Llamó con el apodo de Manana a la que después sería su mujer, a doña Bernarda Toro Pelegrín, cuando la vio por la loma la primera vez caminando y hablando con su acertado gracejo cubano. El serio y respetable general Máximo Gómez la bautizó con el bonito apodo de Manana, que significa algo tan complejo, completo y vital como "música".



Carnaval y música. Carnaval y desfile carnal adulterado. Al final se va conociendo que todos los productos sucedáneos son mucho más peligrosos y nocivos para la salud y el intelecto que los originales. Y, aunque haya costado lo suyo poder decir sin que te lleven al paredón a fusilarte que un buen pedazo de tocino natural es mucho más sano que cualquier grasa compleja artificial –siempre, claro está que se use con moderación, porque uno se puede morir hasta precisamente por un exceso de vida: vejez–.

En el Polo Norte no se puede sacar adelante un huerto de naranjos o de olivas salvo que convierta el continente en algo que nada tiene que ver con el paisaje habitual del frío polar. El carnaval, un desfile que debería ser de algo hermoso y lascivo, se está convirtiendo, salvando donde se exhiben los originales, los que no tienen sucedáneos, en un acto que te deja un mal sabor de boca por mucho que tu nieta intervenga, o tu nieto, dando saltos parecidos a un saltamontes entre una música que, en modo alguno, llevaría a alguien tan serio y genuino como fue el general en jefe del Ejército Cubano en Armas, Máximo Gómez Báez, a bautizar a la que posteriormente sería la madre de sus cuatro hijos como Manana.

Las cosas genuinas y propias de un lugar no se pueden trasplantar y universalizar a capricho de grupo o de secta, lo que es algo, en el fondo, bueno.
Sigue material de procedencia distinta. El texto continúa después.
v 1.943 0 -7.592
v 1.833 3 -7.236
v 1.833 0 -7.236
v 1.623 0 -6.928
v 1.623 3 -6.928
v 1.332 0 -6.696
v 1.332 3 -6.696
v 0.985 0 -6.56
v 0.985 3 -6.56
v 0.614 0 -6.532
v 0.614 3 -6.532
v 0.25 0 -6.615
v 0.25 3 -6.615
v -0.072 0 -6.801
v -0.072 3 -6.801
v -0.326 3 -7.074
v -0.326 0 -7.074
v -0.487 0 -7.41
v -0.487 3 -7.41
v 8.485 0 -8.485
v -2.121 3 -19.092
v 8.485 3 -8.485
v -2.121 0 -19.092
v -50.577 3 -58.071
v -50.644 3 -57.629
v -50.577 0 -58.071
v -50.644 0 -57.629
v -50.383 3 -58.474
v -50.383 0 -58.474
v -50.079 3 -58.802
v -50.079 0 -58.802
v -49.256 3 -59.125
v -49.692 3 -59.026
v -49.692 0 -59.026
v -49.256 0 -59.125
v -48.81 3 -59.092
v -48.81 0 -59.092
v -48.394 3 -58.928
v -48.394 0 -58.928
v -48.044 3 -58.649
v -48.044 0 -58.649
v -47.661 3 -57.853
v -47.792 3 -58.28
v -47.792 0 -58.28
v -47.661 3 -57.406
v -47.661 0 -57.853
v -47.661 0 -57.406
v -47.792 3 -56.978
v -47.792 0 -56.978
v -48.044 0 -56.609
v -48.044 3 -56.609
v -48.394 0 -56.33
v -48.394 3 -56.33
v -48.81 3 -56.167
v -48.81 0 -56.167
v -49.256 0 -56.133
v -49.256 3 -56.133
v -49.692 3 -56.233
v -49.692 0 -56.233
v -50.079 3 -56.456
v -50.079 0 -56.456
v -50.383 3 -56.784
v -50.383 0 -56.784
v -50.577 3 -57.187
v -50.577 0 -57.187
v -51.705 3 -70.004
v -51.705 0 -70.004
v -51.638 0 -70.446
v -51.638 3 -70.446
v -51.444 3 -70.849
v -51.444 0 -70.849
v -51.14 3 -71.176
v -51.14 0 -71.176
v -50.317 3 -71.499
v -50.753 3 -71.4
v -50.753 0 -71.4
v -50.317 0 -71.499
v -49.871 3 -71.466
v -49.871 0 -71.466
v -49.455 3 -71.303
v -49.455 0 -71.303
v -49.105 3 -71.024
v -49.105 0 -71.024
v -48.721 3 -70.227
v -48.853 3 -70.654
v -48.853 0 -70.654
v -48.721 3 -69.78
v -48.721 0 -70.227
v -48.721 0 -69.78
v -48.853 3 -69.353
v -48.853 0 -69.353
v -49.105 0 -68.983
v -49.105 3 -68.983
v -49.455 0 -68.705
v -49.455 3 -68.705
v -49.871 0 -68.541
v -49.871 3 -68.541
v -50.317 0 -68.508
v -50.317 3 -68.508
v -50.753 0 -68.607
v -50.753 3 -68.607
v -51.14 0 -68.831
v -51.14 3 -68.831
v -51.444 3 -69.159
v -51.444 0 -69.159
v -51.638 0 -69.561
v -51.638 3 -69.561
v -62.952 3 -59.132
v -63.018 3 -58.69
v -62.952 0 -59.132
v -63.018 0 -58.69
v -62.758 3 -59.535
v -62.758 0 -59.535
Y es tan bueno y cabal el hecho fundamental de la chapuza del traslado de algo genuino que cuando España ha introducido en su conducta social como estado el desprecio hacia las gentes de la calle, copiándolo de actitudes mafiosas de fuera, lo realiza, lo hace, pero le falta el arte de la realización y acabo.

Y es de suponer que hasta a los agentes beneficiados de las tales chapuzas, los Urdangarines y demás padres patrios, van a tener que arrastrar, aunque lo hagan costumbre en sus vidas y no aparente que les duela, el hecho de algo efectuado dentro de una colosal chapuza: de un desfile carnavalero que parecen saltamontes escapados de una nube que no encuentran el ritmo de su vuelo de plaga.

El poder, cuando en frente no se tiene nada, o lo que se tiene perdió el criterio y la dignidad y se ha vuelto como una masa durmiente a la que la levadura que día a día se le agrega es para que no despierte nunca más y pase al horno a realizarse, da, como las calles de localidades despejadas para que pase un triste desfile carnavalero que no es capaz de sacarte ni una sola sonrisa, y lo que es todavía mucho peor, ni un solo pensamiento pecaminoso de tipo carnal, es que la cosa es en extremo preocupante.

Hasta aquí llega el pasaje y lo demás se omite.